[Stored data entries]
=== Section Start ===
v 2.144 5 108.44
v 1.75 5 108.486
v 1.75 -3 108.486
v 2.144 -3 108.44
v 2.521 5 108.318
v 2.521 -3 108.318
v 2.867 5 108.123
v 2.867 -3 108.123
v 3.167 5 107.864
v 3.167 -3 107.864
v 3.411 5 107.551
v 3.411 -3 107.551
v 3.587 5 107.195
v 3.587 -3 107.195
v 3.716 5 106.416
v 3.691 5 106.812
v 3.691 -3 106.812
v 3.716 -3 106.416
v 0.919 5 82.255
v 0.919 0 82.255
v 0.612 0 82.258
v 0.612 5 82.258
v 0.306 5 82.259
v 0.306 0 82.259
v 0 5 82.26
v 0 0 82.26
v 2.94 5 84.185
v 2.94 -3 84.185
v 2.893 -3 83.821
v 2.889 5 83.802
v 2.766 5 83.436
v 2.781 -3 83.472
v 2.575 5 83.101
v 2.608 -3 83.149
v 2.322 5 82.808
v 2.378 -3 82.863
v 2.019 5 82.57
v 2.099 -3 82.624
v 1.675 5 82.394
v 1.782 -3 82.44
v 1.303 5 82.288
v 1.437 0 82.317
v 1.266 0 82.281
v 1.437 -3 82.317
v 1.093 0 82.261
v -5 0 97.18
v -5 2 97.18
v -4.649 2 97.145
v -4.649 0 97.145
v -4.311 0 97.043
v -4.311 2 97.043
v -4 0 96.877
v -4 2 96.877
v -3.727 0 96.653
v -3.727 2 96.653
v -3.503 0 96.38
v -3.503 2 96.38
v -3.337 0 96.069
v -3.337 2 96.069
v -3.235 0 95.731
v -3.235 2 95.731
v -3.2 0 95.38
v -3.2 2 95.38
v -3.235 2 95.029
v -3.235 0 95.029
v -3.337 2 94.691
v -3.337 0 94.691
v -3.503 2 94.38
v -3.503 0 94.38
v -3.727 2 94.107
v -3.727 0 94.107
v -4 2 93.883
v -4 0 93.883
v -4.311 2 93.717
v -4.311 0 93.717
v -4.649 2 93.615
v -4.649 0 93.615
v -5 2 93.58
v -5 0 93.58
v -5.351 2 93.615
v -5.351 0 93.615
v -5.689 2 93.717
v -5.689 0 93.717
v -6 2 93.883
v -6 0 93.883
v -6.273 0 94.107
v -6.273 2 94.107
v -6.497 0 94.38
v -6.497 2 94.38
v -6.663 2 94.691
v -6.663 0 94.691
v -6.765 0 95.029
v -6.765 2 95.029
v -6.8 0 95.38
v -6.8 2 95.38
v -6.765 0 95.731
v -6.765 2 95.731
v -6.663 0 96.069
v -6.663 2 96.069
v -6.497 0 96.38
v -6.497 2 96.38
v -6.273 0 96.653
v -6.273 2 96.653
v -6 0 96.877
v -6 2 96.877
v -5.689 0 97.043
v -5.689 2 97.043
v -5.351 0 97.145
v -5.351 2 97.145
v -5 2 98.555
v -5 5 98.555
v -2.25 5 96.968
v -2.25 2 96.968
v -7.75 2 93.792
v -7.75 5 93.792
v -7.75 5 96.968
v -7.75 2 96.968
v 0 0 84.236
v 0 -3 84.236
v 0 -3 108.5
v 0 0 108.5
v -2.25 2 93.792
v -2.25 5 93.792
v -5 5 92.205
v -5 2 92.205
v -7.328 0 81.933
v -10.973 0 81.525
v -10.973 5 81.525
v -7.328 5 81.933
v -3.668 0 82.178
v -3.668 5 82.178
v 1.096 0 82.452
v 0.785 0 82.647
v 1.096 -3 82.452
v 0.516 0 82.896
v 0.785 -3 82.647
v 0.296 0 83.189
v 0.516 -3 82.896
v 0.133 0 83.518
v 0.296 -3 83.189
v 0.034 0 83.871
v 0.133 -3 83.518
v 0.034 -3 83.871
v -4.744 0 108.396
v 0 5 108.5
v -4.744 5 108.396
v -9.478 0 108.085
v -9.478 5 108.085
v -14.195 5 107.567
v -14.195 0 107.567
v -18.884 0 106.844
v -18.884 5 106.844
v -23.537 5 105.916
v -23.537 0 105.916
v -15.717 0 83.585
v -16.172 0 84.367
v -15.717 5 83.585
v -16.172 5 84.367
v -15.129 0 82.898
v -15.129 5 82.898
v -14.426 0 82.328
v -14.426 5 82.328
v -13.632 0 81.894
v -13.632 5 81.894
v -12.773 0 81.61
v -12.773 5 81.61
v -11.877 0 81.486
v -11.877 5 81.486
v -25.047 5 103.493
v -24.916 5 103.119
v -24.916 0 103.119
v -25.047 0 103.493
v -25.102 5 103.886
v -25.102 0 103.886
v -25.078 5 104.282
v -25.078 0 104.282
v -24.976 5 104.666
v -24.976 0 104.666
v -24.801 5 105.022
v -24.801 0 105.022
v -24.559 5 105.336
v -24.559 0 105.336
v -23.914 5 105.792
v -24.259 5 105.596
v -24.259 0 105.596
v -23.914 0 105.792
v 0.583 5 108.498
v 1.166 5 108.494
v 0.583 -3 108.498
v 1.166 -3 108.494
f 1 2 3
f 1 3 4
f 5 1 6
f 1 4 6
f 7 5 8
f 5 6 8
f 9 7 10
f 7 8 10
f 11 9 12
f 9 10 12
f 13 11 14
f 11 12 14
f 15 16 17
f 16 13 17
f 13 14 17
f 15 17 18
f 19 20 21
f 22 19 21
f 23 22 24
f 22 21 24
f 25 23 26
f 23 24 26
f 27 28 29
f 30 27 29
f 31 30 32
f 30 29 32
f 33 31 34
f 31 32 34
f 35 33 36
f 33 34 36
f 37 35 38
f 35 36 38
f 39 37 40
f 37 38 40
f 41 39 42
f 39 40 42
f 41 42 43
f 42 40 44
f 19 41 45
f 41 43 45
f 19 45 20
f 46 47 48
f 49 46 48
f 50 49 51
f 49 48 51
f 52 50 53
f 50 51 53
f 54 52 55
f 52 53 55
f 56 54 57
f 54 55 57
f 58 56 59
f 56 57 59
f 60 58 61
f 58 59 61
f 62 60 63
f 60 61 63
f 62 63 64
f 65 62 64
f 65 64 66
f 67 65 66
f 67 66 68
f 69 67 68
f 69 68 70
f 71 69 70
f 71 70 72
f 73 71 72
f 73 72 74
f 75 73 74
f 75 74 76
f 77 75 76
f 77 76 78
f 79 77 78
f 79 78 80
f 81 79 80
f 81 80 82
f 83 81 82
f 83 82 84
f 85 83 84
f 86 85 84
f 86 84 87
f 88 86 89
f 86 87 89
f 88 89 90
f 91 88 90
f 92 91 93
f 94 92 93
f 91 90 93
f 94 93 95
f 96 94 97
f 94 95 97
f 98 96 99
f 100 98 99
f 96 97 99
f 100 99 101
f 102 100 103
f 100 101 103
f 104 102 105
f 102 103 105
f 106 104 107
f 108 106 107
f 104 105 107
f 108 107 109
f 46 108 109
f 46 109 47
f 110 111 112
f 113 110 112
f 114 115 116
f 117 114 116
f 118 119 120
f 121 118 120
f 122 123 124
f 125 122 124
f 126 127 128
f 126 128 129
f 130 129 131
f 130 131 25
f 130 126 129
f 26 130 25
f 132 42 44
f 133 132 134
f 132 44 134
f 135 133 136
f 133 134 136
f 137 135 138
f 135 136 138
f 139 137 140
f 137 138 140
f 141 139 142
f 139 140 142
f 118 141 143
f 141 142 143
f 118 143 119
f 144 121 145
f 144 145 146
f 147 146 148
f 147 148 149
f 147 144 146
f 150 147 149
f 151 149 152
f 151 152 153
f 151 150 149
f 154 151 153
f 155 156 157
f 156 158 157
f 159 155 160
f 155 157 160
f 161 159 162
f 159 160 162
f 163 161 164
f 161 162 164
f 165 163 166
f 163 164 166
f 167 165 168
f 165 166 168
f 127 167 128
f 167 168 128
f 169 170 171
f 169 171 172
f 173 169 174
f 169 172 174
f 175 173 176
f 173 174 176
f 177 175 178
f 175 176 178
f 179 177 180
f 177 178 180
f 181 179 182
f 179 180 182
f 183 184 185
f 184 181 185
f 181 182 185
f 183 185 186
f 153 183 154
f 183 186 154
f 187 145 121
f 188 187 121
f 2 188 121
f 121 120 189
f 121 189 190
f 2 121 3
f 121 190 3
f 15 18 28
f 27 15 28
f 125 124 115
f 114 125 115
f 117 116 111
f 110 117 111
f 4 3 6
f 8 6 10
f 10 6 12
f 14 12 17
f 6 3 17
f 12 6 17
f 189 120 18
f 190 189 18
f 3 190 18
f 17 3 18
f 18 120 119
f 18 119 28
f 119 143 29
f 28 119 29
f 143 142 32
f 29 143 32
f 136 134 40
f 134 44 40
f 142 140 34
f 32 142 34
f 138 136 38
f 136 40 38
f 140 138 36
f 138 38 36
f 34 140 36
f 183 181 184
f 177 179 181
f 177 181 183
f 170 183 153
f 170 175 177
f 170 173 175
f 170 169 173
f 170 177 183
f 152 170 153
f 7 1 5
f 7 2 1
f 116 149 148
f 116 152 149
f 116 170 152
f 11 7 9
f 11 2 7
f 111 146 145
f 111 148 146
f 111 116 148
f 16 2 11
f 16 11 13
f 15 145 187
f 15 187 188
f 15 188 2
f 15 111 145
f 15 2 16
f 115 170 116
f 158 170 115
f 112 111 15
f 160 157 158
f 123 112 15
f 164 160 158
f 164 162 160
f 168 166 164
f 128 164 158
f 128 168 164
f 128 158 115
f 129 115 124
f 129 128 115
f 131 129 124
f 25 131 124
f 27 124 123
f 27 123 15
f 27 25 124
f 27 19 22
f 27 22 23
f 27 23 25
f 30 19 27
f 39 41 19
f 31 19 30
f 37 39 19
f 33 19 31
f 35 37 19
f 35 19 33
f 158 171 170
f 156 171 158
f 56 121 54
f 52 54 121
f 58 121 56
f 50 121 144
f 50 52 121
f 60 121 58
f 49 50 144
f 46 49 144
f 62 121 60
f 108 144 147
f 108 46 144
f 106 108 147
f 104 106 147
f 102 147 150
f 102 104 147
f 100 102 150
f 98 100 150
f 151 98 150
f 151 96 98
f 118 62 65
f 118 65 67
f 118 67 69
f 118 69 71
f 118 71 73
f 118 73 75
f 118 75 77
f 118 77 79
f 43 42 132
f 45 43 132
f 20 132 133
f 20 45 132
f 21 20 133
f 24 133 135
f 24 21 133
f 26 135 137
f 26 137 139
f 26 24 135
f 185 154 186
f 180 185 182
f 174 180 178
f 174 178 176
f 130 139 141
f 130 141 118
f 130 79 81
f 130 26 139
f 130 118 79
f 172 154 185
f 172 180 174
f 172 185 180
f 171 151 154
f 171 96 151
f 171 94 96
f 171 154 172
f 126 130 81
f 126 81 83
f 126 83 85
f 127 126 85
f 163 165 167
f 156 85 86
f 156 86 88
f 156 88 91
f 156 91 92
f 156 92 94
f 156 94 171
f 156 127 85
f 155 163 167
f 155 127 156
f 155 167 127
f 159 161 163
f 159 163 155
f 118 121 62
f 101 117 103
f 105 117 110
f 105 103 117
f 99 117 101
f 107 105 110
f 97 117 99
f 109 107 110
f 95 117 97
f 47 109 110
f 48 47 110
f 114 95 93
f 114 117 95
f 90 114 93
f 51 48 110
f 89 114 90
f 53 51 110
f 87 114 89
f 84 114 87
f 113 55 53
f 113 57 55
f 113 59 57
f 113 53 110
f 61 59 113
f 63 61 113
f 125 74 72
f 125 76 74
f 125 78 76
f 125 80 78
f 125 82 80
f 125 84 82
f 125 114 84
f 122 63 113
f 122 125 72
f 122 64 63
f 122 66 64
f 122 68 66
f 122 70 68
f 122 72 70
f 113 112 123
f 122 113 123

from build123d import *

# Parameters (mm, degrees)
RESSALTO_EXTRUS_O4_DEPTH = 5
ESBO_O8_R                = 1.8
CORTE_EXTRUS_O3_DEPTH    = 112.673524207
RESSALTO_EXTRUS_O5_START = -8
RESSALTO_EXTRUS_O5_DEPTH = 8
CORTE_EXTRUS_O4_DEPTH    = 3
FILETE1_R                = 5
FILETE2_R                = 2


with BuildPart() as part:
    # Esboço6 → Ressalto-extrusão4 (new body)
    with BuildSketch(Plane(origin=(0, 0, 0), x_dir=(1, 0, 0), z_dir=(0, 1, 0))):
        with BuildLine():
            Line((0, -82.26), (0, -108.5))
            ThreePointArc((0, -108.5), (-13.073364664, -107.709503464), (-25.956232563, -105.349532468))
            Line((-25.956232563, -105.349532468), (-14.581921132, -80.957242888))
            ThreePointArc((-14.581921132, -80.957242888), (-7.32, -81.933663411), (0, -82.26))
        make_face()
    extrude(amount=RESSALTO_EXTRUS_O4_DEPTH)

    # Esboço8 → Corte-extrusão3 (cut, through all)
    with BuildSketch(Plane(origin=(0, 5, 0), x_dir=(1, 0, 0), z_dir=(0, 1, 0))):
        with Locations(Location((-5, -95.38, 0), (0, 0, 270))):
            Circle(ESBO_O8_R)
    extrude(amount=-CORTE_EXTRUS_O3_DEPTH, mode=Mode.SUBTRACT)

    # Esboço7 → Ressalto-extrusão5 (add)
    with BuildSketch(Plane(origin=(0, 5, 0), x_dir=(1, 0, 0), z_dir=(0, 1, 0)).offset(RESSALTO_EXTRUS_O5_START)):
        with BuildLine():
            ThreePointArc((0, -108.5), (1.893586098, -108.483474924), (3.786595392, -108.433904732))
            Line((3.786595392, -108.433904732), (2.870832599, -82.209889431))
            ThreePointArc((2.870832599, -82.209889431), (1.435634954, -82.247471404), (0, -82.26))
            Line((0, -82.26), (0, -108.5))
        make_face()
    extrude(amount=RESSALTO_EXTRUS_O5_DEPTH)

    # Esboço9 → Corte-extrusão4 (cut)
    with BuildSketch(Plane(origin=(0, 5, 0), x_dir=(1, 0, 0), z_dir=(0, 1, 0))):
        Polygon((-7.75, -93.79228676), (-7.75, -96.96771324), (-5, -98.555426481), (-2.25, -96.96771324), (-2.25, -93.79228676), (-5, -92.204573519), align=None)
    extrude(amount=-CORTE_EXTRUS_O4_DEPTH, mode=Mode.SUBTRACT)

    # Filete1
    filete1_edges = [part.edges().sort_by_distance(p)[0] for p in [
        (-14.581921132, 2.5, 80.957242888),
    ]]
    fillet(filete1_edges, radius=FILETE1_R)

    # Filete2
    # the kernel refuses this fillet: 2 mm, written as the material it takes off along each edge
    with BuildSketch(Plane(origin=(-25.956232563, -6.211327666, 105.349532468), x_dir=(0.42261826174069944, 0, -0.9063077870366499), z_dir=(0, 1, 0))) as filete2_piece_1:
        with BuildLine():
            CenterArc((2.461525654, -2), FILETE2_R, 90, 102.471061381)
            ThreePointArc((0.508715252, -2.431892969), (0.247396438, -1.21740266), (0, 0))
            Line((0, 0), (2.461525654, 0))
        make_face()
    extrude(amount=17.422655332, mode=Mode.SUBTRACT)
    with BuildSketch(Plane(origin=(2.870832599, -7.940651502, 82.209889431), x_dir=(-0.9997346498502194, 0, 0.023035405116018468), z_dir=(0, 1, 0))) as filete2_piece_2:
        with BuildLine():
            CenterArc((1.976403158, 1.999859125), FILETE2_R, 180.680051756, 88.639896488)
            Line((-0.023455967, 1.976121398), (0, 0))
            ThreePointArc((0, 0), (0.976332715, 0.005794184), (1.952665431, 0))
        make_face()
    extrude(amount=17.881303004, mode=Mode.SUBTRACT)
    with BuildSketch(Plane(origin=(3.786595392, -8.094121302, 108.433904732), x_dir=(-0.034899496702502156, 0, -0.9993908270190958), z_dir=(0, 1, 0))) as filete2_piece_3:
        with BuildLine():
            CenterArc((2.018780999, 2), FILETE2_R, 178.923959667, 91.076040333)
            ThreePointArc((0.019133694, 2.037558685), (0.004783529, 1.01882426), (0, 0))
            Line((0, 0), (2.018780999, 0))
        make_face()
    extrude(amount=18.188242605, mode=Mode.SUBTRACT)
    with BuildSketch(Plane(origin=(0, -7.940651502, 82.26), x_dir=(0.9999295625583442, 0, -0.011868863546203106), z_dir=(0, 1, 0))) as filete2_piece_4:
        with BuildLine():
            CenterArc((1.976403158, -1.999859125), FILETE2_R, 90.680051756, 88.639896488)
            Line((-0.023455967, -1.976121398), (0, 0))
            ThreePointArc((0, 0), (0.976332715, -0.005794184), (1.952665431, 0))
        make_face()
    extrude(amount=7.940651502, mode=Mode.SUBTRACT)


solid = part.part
=== Section End ===
* DESCRIPTION OF THE TASK: Return, with no change at all, every line in the entries above from the line containing "f 118 75 77" through the line containing "f 122 113 123".

* ANSWER BOX:
f 118 75 77
f 118 77 79
f 43 42 132
f 45 43 132
f 20 132 133
f 20 45 132
f 21 20 133
f 24 133 135
f 24 21 133
f 26 135 137
f 26 137 139
f 26 24 135
f 185 154 186
f 180 185 182
f 174 180 178
f 174 178 176
f 130 139 141
f 130 141 118
f 130 79 81
f 130 26 139
f 130 118 79
f 172 154 185
f 172 180 174
f 172 185 180
f 171 151 154
f 171 96 151
f 171 94 96
f 171 154 172
f 126 130 81
f 126 81 83
f 126 83 85
f 127 126 85
f 163 165 167
f 156 85 86
f 156 86 88
f 156 88 91
f 156 91 92
f 156 92 94
f 156 94 171
f 156 127 85
f 155 163 167
f 155 127 156
f 155 167 127
f 159 161 163
f 159 163 155
f 118 121 62
f 101 117 103
f 105 117 110
f 105 103 117
f 99 117 101
f 107 105 110
f 97 117 99
f 109 107 110
f 95 117 97
f 47 109 110
f 48 47 110
f 114 95 93
f 114 117 95
f 90 114 93
f 51 48 110
f 89 114 90
f 53 51 110
f 87 114 89
f 84 114 87
f 113 55 53
f 113 57 55
f 113 59 57
f 113 53 110
f 61 59 113
f 63 61 113
f 125 74 72
f 125 76 74
f 125 78 76
f 125 80 78
f 125 82 80
f 125 84 82
f 125 114 84
f 122 63 113
f 122 125 72
f 122 64 63
f 122 66 64
f 122 68 66
f 122 70 68
f 122 72 70
f 113 112 123
f 122 113 123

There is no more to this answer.